Doxa, the publication founded by students opposed by Putin and now outlawed by the regime, continues to do a good job of aggregating news from reliable sources. This week it included a report from The Bell, founded by Russian financial journalist Elizaveta Osetinskaya, suggesting that Prigozhin’s troll factory companies have been paralysed following raids after the uprising and were looking for a new owner. Osetinskaya, a former editor of Russian Forbes magazine, was declared a foreign agent after condemning the invasion of Ukraine.

In a new development this week, Novaya Gazeta, the independent Russian news outlet whose editor Dmitry Muratov won the Nobel Peace Prize in 2021, was put on the Kremlin’s list of “undesirable” organisations. This makes it a crime for the publication, now based in Latvia, to operate in Russia. It is also now illegal for Russians to engage with the publication or share its content online.
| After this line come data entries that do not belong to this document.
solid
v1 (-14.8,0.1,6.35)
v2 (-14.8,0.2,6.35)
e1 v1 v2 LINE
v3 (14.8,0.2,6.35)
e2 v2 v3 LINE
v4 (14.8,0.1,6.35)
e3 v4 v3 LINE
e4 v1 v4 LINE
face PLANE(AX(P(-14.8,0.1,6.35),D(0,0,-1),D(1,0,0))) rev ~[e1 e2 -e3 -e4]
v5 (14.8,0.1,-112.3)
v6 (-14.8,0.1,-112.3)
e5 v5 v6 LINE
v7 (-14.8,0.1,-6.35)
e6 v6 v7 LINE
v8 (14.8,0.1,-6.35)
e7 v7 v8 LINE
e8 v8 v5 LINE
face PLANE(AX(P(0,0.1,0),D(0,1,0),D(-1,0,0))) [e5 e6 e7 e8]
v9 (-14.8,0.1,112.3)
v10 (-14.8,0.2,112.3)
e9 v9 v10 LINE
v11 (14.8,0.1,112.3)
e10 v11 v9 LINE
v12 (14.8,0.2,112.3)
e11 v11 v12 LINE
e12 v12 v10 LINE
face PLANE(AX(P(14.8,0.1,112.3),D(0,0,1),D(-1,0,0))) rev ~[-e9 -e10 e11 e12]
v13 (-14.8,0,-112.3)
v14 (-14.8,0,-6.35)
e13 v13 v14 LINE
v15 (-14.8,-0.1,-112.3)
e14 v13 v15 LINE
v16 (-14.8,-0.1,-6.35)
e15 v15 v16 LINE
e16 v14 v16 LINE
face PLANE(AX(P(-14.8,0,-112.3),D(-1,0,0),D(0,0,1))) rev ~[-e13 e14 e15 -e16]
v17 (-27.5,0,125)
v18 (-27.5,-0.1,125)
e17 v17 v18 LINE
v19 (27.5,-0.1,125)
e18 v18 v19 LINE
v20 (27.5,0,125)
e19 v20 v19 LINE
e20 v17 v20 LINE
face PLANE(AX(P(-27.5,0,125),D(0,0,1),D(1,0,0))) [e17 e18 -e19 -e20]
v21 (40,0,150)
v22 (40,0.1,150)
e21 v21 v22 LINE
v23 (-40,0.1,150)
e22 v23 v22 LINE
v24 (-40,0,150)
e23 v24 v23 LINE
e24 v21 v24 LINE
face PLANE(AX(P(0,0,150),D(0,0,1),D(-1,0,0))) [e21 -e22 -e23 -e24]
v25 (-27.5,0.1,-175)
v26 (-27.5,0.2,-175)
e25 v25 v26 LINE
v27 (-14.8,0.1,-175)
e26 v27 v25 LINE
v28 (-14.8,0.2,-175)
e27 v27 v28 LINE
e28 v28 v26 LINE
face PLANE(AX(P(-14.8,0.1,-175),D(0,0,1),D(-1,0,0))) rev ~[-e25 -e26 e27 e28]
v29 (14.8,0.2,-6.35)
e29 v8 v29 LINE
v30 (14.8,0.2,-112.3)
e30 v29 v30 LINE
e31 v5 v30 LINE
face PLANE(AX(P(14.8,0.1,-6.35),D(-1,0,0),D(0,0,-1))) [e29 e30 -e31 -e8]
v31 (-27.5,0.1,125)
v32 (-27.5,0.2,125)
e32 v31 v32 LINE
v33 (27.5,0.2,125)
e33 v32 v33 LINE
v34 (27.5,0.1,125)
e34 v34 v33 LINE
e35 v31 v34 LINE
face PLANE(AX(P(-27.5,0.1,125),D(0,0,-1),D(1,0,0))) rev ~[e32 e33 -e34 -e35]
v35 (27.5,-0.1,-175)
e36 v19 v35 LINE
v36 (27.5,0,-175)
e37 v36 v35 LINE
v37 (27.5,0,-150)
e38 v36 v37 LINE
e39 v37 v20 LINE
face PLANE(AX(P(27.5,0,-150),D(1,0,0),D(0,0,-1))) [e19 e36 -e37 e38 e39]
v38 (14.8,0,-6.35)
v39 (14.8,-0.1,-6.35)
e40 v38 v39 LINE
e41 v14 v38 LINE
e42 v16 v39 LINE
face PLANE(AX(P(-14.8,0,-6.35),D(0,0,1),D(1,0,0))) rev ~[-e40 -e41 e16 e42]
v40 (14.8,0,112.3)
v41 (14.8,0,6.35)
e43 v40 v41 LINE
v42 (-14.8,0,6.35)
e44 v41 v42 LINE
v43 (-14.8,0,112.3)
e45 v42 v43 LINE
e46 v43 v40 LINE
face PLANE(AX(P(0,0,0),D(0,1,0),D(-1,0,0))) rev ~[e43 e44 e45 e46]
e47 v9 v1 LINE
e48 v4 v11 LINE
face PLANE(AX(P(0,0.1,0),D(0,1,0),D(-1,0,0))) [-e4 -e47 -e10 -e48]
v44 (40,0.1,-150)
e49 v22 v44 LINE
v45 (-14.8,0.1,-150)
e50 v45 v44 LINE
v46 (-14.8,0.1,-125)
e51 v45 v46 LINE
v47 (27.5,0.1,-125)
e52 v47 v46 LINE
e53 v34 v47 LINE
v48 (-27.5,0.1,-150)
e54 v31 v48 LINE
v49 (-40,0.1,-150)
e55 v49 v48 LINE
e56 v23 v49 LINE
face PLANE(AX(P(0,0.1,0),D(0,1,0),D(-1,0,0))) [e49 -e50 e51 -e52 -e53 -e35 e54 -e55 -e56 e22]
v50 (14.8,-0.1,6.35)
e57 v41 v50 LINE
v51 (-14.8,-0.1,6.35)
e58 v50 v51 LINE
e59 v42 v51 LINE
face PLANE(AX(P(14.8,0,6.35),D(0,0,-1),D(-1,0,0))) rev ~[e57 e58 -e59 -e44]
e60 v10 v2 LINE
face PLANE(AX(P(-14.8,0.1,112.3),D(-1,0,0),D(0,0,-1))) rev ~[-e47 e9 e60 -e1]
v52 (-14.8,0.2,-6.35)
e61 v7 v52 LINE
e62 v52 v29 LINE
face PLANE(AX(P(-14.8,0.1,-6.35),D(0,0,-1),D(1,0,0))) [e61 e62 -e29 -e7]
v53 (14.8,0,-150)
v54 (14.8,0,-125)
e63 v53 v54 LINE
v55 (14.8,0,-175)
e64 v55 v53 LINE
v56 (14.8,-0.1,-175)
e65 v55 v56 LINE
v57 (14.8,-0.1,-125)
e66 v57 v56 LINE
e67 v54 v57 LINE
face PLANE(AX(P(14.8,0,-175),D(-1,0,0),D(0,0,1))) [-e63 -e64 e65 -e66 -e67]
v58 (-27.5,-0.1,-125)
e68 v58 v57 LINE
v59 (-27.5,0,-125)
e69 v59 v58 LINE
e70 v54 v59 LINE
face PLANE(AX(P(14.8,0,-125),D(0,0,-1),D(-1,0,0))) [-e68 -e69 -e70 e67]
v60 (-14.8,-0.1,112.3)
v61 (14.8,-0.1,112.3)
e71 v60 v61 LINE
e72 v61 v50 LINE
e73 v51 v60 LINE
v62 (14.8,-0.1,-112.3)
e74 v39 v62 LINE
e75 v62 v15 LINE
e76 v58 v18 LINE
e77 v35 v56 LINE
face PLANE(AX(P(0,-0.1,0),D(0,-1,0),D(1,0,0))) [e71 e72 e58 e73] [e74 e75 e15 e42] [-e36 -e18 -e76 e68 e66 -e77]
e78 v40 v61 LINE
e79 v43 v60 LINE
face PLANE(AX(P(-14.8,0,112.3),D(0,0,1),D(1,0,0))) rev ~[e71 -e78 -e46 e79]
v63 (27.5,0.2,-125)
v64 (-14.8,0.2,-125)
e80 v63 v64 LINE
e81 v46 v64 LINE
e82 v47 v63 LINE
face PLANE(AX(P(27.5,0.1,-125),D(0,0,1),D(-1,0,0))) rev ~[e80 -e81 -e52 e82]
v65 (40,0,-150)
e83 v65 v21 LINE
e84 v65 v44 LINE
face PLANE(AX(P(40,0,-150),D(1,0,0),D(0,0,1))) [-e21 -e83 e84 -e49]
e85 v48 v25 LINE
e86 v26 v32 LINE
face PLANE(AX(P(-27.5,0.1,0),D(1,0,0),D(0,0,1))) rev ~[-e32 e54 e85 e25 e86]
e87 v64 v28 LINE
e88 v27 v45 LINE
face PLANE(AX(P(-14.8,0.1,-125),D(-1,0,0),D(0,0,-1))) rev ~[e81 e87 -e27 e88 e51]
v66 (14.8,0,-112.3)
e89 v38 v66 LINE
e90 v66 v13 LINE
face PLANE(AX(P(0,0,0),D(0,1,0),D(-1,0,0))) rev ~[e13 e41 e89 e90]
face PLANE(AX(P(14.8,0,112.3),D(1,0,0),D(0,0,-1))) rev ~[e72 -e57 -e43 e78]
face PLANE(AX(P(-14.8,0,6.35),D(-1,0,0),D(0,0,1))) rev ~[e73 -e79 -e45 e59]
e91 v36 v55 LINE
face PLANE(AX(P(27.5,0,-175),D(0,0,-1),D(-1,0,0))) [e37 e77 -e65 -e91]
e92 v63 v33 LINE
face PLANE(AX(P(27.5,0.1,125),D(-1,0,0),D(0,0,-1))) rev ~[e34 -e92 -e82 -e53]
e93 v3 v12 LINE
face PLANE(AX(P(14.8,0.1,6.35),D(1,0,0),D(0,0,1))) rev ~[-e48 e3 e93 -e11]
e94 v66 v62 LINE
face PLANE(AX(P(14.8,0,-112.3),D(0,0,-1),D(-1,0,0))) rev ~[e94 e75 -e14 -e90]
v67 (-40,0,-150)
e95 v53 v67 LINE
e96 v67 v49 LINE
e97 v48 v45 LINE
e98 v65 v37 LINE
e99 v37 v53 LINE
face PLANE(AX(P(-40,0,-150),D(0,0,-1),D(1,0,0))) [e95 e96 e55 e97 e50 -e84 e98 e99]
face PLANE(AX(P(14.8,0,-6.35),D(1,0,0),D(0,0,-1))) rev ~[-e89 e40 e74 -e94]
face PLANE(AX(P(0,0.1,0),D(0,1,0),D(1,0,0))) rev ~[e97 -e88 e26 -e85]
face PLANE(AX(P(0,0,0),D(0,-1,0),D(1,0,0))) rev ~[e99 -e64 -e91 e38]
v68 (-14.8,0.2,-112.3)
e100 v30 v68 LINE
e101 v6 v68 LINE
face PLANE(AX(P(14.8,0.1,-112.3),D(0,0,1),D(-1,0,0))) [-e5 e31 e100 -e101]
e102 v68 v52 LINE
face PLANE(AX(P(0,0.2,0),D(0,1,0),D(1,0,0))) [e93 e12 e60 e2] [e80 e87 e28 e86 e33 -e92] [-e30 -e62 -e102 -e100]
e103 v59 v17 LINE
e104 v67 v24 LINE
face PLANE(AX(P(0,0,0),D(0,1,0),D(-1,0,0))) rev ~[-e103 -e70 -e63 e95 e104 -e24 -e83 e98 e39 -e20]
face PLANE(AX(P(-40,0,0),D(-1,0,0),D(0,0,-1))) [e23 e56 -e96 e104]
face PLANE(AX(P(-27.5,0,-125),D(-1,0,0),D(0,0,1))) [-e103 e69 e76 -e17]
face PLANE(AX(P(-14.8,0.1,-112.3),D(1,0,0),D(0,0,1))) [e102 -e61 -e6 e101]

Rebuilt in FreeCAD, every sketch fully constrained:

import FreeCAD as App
import Part
import Sketcher

V = App.Vector


def add_polygon(sketch, points):
    """Adds a closed chain of lines whose ends are joined by coincident constraints."""
    first, n = sketch.GeometryCount, len(points)
    for a, b in zip(points, points[1:] + points[:1]):
        sketch.addGeometry(Part.LineSegment(App.Vector(*a, 0), App.Vector(*b, 0)), False)
    for i in range(n):
        sketch.addConstraint(Sketcher.Constraint("Coincident", first + i, 2, first + (i + 1) % n, 1))

doc = App.newDocument("Part")
body = doc.addObject("PartDesign::Body", "Body")

# Sketch on XZ plane
sketch1 = body.newObject("Sketcher::SketchObject", "Sketch")
sketch1.AttachmentSupport = (doc.getObject("XZ_Plane"), [""])
sketch1.MapMode = "FlatFace"
add_polygon(sketch1, [(-40, -150), (-40, 150), (40, 150), (40, -150)])  # lines 0-3
sketch1.addConstraint(Sketcher.Constraint("Vertical", 0))
sketch1.addConstraint(Sketcher.Constraint("Horizontal", 1))
sketch1.addConstraint(Sketcher.Constraint("Vertical", 2))
sketch1.addConstraint(Sketcher.Constraint("Horizontal", 3))
sketch1.addConstraint(Sketcher.Constraint("Symmetric", 0, 2, 2, 2, -1, 1))
sketch1.addConstraint(Sketcher.Constraint("DistanceX", 1, 1, 1, 2, 80.0))
sketch1.addConstraint(Sketcher.Constraint("DistanceY", 0, 1, 0, 2, 300.0))
pad1 = body.newObject("PartDesign::Pad", "Pad")
pad1.Profile = sketch1
pad1.Length = 0.1
pad1.Reversed = True

# Sketch on XZ plane
sketch2 = body.newObject("Sketcher::SketchObject", "Sketch001")
sketch2.AttachmentSupport = (doc.getObject("XZ_Plane"), [""])
sketch2.MapMode = "FlatFace"
sketch2.AttachmentOffset = App.Placement(V(0, 0, -0.1), App.Rotation())
add_polygon(sketch2, [(28, 125), (28, -125), (-15, -125), (-15, -175), (-28, -175), (-28, 125)])  # lines 0-5
add_polygon(sketch2, [(-15, 112), (-15, 6), (15, 6), (15, 112)])  # lines 6-9
add_polygon(sketch2, [(-15, -112), (15, -112), (15, -6), (-15, -6)])  # lines 10-13
sketch2.addConstraint(Sketcher.Constraint("Vertical", 0))
sketch2.addConstraint(Sketcher.Constraint("Horizontal", 1))
sketch2.addConstraint(Sketcher.Constraint("Vertical", 2))
sketch2.addConstraint(Sketcher.Constraint("Horizontal", 3))
sketch2.addConstraint(Sketcher.Constraint("Vertical", 4))
sketch2.addConstraint(Sketcher.Constraint("Horizontal", 5))
sketch2.addConstraint(Sketcher.Constraint("Vertical", 6))
sketch2.addConstraint(Sketcher.Constraint("Horizontal", 7))
sketch2.addConstraint(Sketcher.Constraint("Vertical", 8))
sketch2.addConstraint(Sketcher.Constraint("Horizontal", 9))
sketch2.addConstraint(Sketcher.Constraint("Horizontal", 10))
sketch2.addConstraint(Sketcher.Constraint("Vertical", 11))
sketch2.addConstraint(Sketcher.Constraint("Horizontal", 12))
sketch2.addConstraint(Sketcher.Constraint("Vertical", 13))
sketch2.addConstraint(Sketcher.Constraint("Symmetric", 0, 2, 4, 2, -1, 1))
sketch2.addConstraint(Sketcher.Constraint("Symmetric", 9, 2, 10, 2, -1, 1))
sketch2.addConstraint(Sketcher.Constraint("Symmetric", 7, 2, 12, 2, -1, 1))
sketch2.addConstraint(Sketcher.Constraint("Vertical", 2, 2, 6, 2))
sketch2.addConstraint(Sketcher.Constraint("Vertical", 8, 2, 10, 2))
sketch2.addConstraint(Sketcher.Constraint("DistanceY", 0, 2, 0, 1, 250.0))
sketch2.addConstraint(Sketcher.Constraint("DistanceY", 2, 2, 2, 1, 50.0))
sketch2.addConstraint(Sketcher.Constraint("DistanceX", 3, 2, 3, 1, 12.7))
sketch2.addConstraint(Sketcher.Constraint("DistanceY", 8, 2, 5, 2, 12.7))
sketch2.addConstraint(Sketcher.Constraint("DistanceY", 11, 2, 7, 2, 12.7))
sketch2.addConstraint(Sketcher.Constraint("DistanceX", 5, 1, 5, 2, 55.0))
pad2 = body.newObject("PartDesign::Pad", "Pad001")
pad2.Profile = sketch2
pad2.Length = 0.1
pad2.Reversed = True

# Sketch on XZ plane
sketch3 = body.newObject("Sketcher::SketchObject", "Sketch002")
sketch3.AttachmentSupport = (doc.getObject("XZ_Plane"), [""])
sketch3.MapMode = "FlatFace"
add_polygon(sketch3, [(28, -175), (28, 125), (-28, 125), (-28, -125), (15, -125), (15, -175)])  # lines 0-5
add_polygon(sketch3, [(-15, 112), (15, 112), (15, 6), (-15, 6)])  # lines 6-9
add_polygon(sketch3, [(-15, -112), (-15, -6), (15, -6), (15, -112)])  # lines 10-13
sketch3.addConstraint(Sketcher.Constraint("Vertical", 0))
sketch3.addConstraint(Sketcher.Constraint("Horizontal", 1))
sketch3.addConstraint(Sketcher.Constraint("Vertical", 2))
sketch3.addConstraint(Sketcher.Constraint("Horizontal", 3))
sketch3.addConstraint(Sketcher.Constraint("Vertical", 4))
sketch3.addConstraint(Sketcher.Constraint("Horizontal", 5))
sketch3.addConstraint(Sketcher.Constraint("Horizontal", 6))
sketch3.addConstraint(Sketcher.Constraint("Vertical", 7))
sketch3.addConstraint(Sketcher.Constraint("Horizontal", 8))
sketch3.addConstraint(Sketcher.Constraint("Vertical", 9))
sketch3.addConstraint(Sketcher.Constraint("Vertical", 10))
sketch3.addConstraint(Sketcher.Constraint("Horizontal", 11))
sketch3.addConstraint(Sketcher.Constraint("Vertical", 12))
sketch3.addConstraint(Sketcher.Constraint("Horizontal", 13))
sketch3.addConstraint(Sketcher.Constraint("Symmetric", 0, 2, 2, 2, -1, 1))
sketch3.addConstraint(Sketcher.Constraint("Symmetric", 7, 2, 10, 2, -1, 1))
sketch3.addConstraint(Sketcher.Constraint("Symmetric", 9, 2, 12, 2, -1, 1))
sketch3.addConstraint(Sketcher.Constraint("Vertical", 4, 2, 6, 2))
sketch3.addConstraint(Sketcher.Constraint("Vertical", 9, 2, 10, 2))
OVD-Info, the human rights project which won the 2022 Index on Censorship campaigning award, decided not to provide a running commentary of events and stuck to its mission of reporting on arrests of regime opponents. In his weekly newsletter Dan Storyev, English editor of OVD-Info, wrote: “Russia has had a busy few days as I am sure we all know. This newsletter is not for military analysis so I won’t cover Prigozhin’s manoeuvres here — but it’s important to remember, that in the end, it is going to be ordinary Russians, Russian civil society who would bear the brunt of any violence that a coup, or a paranoid preventive crackdown could unleash.”

If there is one thing that unites all the outlets mentioned here (beyond their undoubted courage), it is the care they take in the sourcing of all information they publish. In the post-truth world of Putin’s Russia, facts are precious commodities.